# looking for drivers/subs southern NH



## sonh

We are a mid-sized company in the seacoast area. Looking for subs and or drivers for our vehicles. All late model well maitained equipment nice account base.


----------



## Detroitdan

I've been out of it for a few years, but I want to put a plow on my 1-ton this year and start plowing again. Was wondering what is involved with doing sub work. What is required as far as insurance rider, availability, pay etcetera. Not sure if I want to try sub work or stick to working for myself like I always used to. thanks for any info.
Dan


----------



## mrplowdude

how much work and where, and what kind of payup


----------



## sonh

Give me a call @ (603)765-0355 , Bill


----------



## Detroitdan

Hey Bill, sorry I havent got around to calling you. I almost bought a new Blizzard the other day, but now I'm afraid that money is going to be buying a new transmission for the truck :< I'm rapidly talking myself out of plowing with the 1 ton and instead getting a regular cab pickup just for plowing, in which case I'll just stick to driveways. Any idea what people are paying nowadays for regular driveways?
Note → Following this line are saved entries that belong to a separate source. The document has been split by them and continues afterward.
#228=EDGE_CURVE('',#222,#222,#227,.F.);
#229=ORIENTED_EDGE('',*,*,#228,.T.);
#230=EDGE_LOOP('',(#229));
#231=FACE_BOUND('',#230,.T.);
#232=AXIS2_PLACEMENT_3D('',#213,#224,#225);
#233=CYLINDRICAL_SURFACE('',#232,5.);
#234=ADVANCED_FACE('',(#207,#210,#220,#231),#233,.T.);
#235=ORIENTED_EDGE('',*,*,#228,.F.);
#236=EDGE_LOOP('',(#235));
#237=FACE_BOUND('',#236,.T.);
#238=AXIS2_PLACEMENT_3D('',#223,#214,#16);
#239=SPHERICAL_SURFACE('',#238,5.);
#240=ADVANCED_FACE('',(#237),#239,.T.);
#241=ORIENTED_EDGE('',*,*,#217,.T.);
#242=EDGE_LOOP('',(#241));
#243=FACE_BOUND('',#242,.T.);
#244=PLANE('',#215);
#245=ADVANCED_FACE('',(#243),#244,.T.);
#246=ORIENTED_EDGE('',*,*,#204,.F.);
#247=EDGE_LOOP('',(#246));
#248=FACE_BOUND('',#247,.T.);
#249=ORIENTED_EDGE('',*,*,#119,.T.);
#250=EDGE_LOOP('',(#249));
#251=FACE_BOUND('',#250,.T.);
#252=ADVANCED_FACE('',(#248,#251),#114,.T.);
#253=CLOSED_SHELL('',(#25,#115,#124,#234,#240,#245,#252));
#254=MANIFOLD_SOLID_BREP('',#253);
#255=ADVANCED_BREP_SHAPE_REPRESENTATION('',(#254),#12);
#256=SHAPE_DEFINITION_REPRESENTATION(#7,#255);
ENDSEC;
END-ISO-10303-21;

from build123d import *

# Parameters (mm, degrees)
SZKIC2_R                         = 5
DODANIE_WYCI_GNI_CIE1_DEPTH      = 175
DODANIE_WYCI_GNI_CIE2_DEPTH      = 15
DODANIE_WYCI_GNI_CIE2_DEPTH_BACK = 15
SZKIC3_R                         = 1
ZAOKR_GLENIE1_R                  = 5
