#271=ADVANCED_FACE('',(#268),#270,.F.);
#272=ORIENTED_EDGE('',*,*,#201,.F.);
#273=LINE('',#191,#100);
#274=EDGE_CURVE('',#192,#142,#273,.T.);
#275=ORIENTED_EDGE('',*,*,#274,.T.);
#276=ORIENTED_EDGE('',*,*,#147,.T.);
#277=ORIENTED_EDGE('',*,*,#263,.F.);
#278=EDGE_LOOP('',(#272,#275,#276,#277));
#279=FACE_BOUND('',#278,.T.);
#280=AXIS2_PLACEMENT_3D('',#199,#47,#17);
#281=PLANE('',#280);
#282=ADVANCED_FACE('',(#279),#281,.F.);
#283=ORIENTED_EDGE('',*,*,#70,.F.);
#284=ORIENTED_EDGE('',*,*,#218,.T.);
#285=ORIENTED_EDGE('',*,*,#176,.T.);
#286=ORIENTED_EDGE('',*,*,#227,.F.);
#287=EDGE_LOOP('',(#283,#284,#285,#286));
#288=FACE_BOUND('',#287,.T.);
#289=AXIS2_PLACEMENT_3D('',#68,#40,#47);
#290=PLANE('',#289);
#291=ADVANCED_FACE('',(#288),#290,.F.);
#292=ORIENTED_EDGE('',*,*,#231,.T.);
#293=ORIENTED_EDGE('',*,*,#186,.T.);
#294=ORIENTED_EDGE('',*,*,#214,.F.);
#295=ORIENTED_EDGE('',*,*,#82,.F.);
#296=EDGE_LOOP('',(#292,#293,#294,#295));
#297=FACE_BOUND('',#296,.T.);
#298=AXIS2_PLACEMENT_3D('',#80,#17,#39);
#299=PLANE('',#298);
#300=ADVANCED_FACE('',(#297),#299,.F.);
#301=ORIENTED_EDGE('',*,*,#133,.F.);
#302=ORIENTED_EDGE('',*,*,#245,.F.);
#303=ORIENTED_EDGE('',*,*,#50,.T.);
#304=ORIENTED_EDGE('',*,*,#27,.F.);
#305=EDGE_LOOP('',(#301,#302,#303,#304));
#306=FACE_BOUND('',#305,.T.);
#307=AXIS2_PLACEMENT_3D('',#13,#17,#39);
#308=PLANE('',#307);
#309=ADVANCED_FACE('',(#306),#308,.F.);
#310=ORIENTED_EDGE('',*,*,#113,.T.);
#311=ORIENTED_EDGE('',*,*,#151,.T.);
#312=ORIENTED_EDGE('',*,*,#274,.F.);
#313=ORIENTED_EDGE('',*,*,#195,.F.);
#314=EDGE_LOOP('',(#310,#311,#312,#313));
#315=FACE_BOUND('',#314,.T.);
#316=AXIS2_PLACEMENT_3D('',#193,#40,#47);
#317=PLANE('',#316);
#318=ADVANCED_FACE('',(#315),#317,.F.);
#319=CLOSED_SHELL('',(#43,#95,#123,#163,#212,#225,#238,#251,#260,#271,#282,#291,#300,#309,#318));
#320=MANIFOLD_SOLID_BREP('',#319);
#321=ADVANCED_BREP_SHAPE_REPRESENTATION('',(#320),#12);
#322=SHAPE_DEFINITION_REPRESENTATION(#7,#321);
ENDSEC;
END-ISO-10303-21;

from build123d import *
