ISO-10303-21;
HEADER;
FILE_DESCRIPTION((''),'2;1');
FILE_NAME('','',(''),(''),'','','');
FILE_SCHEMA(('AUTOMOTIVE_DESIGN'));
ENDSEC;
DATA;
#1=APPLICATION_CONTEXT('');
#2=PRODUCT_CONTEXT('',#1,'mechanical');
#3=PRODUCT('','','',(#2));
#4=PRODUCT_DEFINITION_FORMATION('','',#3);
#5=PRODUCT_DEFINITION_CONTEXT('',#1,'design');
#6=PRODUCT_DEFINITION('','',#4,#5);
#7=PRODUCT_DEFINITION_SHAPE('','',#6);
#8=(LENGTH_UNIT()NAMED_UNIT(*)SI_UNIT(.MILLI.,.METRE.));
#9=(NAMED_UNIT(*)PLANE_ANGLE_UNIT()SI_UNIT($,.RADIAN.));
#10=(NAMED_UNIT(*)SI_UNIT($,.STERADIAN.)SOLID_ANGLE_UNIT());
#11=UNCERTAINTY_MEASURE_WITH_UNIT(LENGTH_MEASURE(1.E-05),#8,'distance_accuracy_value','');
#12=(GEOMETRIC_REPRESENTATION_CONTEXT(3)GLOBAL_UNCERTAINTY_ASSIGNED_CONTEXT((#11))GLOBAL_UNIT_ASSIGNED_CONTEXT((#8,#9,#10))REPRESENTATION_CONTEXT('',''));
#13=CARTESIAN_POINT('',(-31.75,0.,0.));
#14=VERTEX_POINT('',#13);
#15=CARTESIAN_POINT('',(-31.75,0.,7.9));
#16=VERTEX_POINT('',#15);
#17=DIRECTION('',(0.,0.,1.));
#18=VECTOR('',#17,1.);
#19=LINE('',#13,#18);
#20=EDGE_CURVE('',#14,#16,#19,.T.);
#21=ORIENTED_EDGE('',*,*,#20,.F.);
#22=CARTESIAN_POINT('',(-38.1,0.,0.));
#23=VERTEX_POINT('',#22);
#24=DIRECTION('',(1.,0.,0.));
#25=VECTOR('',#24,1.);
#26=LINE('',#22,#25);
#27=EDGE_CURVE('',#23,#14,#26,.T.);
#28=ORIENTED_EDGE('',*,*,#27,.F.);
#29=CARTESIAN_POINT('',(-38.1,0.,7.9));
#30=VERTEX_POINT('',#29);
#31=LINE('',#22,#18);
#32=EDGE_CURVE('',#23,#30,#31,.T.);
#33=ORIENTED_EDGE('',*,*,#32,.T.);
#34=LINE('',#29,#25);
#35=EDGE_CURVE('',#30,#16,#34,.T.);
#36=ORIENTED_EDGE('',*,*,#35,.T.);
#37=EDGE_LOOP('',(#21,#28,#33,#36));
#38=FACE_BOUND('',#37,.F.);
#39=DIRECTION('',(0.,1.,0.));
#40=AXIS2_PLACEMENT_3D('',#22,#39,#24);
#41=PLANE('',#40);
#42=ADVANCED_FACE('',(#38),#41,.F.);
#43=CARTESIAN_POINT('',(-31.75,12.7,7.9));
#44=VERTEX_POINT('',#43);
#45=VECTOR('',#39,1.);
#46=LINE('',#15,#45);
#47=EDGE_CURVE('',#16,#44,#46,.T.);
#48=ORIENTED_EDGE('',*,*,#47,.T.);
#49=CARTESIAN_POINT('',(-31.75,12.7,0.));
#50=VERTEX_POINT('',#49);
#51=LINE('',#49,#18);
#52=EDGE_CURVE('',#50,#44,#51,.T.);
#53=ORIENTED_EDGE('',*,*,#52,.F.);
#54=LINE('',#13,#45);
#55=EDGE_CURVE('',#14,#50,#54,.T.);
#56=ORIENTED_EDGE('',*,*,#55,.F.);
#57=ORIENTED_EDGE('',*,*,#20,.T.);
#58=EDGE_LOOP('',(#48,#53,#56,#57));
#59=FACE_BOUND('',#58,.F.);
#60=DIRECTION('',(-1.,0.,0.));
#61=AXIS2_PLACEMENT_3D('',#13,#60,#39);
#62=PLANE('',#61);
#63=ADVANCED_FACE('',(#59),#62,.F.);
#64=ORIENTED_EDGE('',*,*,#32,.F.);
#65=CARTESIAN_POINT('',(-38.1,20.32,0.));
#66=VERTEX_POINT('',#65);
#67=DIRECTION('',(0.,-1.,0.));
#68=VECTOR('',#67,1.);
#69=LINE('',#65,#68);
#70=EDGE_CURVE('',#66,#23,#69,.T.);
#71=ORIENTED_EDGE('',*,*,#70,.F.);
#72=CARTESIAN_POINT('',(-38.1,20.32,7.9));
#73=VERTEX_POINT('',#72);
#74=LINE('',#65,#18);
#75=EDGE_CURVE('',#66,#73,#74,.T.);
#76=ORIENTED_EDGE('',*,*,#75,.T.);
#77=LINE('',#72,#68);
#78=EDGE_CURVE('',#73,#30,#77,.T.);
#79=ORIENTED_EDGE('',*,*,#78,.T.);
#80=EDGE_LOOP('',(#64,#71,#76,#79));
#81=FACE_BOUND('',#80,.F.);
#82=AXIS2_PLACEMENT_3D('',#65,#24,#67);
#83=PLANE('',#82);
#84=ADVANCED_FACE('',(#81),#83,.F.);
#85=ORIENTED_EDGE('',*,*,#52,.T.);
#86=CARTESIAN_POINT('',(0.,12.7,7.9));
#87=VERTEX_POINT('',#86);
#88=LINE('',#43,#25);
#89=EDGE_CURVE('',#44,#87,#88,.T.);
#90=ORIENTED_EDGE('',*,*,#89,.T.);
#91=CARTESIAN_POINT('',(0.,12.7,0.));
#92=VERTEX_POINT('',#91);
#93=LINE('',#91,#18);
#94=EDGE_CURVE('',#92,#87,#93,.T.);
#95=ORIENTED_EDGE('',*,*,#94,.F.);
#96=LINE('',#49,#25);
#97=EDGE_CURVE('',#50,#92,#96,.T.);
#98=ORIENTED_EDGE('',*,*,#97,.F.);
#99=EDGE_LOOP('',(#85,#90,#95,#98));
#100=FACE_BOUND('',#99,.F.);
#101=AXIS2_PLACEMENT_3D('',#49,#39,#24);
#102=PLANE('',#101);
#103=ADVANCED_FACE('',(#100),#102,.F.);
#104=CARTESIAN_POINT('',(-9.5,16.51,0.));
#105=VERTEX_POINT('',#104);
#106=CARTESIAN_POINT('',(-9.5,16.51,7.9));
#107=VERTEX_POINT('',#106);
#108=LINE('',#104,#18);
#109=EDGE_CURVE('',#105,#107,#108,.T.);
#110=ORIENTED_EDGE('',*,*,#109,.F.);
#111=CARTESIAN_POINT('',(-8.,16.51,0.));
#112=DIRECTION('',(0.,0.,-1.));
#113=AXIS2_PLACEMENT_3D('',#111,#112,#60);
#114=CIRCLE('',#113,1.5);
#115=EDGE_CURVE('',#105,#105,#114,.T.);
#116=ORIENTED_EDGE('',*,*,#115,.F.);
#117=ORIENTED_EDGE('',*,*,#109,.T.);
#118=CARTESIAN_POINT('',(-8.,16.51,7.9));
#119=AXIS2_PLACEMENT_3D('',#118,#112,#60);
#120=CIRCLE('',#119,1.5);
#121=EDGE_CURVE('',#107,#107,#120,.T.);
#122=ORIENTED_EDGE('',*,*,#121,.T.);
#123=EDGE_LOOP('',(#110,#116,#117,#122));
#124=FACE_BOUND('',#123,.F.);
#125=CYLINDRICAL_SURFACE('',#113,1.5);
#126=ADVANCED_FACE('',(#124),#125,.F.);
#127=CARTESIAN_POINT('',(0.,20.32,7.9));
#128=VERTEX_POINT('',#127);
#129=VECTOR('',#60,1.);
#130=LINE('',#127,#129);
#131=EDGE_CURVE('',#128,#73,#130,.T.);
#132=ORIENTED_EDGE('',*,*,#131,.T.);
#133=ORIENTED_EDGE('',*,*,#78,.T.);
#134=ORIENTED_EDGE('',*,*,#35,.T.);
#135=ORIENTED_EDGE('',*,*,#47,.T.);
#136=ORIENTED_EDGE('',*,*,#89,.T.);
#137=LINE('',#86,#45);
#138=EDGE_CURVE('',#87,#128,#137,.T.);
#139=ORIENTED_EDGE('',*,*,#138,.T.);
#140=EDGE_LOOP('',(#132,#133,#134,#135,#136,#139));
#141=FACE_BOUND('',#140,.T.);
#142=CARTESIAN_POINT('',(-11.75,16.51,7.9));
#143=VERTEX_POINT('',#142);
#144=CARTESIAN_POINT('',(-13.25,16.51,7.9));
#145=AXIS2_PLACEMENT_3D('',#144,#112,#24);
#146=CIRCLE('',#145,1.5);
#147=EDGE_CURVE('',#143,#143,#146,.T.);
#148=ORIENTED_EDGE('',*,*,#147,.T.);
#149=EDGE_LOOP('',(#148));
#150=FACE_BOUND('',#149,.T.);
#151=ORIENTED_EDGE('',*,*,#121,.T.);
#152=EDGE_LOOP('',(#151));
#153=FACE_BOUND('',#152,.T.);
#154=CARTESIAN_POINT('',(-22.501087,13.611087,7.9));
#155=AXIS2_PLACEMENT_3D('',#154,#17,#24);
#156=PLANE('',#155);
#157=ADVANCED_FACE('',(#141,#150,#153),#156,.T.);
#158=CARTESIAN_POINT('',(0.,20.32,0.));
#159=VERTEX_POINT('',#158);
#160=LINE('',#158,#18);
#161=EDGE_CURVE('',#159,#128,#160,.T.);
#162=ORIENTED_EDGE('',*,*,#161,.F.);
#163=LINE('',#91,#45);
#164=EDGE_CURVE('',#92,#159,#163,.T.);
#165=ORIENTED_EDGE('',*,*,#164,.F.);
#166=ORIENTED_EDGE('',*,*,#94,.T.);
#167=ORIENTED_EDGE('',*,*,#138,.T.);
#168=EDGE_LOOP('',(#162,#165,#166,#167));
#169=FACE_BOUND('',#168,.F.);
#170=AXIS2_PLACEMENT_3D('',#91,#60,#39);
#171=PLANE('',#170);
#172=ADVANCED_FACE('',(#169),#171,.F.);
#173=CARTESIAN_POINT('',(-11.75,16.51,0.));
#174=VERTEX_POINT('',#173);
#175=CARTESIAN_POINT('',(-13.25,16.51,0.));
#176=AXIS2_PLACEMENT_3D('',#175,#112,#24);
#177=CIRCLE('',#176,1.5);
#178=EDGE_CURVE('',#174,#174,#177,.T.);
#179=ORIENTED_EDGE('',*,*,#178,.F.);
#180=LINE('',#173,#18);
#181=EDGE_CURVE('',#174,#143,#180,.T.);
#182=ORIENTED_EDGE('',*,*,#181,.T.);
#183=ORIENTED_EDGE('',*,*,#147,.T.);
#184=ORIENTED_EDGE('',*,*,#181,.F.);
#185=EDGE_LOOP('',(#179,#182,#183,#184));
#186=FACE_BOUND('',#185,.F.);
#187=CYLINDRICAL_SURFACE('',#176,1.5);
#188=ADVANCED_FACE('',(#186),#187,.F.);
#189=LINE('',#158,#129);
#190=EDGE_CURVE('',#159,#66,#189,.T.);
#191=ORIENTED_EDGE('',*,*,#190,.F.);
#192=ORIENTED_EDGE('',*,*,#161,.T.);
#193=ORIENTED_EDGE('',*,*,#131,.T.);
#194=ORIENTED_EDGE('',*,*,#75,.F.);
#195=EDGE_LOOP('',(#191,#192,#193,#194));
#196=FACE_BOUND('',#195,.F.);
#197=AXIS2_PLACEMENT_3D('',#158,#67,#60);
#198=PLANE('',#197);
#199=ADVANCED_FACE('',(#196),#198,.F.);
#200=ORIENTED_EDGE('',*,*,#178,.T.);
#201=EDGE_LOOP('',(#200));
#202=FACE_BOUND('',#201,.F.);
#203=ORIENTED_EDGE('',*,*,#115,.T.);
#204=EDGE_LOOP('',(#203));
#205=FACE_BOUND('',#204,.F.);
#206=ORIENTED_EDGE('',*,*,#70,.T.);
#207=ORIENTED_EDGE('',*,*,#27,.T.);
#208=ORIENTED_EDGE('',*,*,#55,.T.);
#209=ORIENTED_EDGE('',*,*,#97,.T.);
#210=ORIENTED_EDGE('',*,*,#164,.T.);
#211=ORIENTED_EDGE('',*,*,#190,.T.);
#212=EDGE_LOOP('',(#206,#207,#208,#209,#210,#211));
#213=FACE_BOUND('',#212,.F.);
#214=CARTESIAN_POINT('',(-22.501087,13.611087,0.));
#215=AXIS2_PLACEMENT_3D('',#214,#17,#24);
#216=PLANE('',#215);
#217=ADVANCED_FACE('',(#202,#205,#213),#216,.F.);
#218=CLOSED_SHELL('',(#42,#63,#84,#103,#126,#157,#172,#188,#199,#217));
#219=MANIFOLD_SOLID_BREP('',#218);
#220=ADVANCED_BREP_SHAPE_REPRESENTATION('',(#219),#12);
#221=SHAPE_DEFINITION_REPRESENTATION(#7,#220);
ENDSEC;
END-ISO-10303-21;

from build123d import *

# Parameters (mm, degrees)
F1_DEPTH = 7.9
F3_DEPTH = 25.4


with BuildPart() as f1:
    # F0 (on Top) → F1 (new body)
    with BuildSketch(Plane.XY):
        Polygon((-38.1, 0), (-31.75, 0), (-31.75, 12.7), (0, 12.7), (0, 20.32), (-38.1, 20.32), align=None)
    extrude(amount=F1_DEPTH)

    # F2 (on face) → F3 (cut)
    with BuildSketch(Plane(origin=(0, 0, 0), x_dir=(1, 0, 0), z_dir=(0, 0, -1))):
        with BuildLine():
            Line((-9.5, -16.51), (-6.5, -16.51))
            ThreePointArc((-6.5, -16.51), (-8, -15.01), (-9.5, -16.51))
        make_face()
        with BuildLine():
            ThreePointArc((-14.75, -16.51), (-13.25, -18.01), (-11.75, -16.51))
            Line((-11.75, -16.51), (-14.75, -16.51))
        make_face()
        with BuildLine():
            Line((-14.75, -16.51), (-11.75, -16.51))
            ThreePointArc((-11.75, -16.51), (-13.25, -15.01), (-14.75, -16.51))
        make_face()
        with BuildLine():
            ThreePointArc((-9.5, -16.51), (-8, -18.01), (-6.5, -16.51))
            Line((-6.5, -16.51), (-9.5, -16.51))
        make_face()
    extrude(amount=-F3_DEPTH, mode=Mode.SUBTRACT)


solid = f1.part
I was only getting $20 for your average driveways back a few years, it must be up there now. I was thinking of calling around to get estimates from people just to get an idea what they are charging. I'll talk to you later, Dan.


----------



## Pat M

What areas do you plow. I am in interested in possibly getting into plowing this year or just do local driveways but would definitely get some info from you if possible. You can email me info at [email protected]


----------



## Detroitdan

Hey Bill, still looking for any help? I haven't picked up enough driveways, I got started too late, so I'd like to take on a little more. I'd like to do some after hours stuff, whatever might be available. Let me know if you have anything, if so I'll give you a call.


----------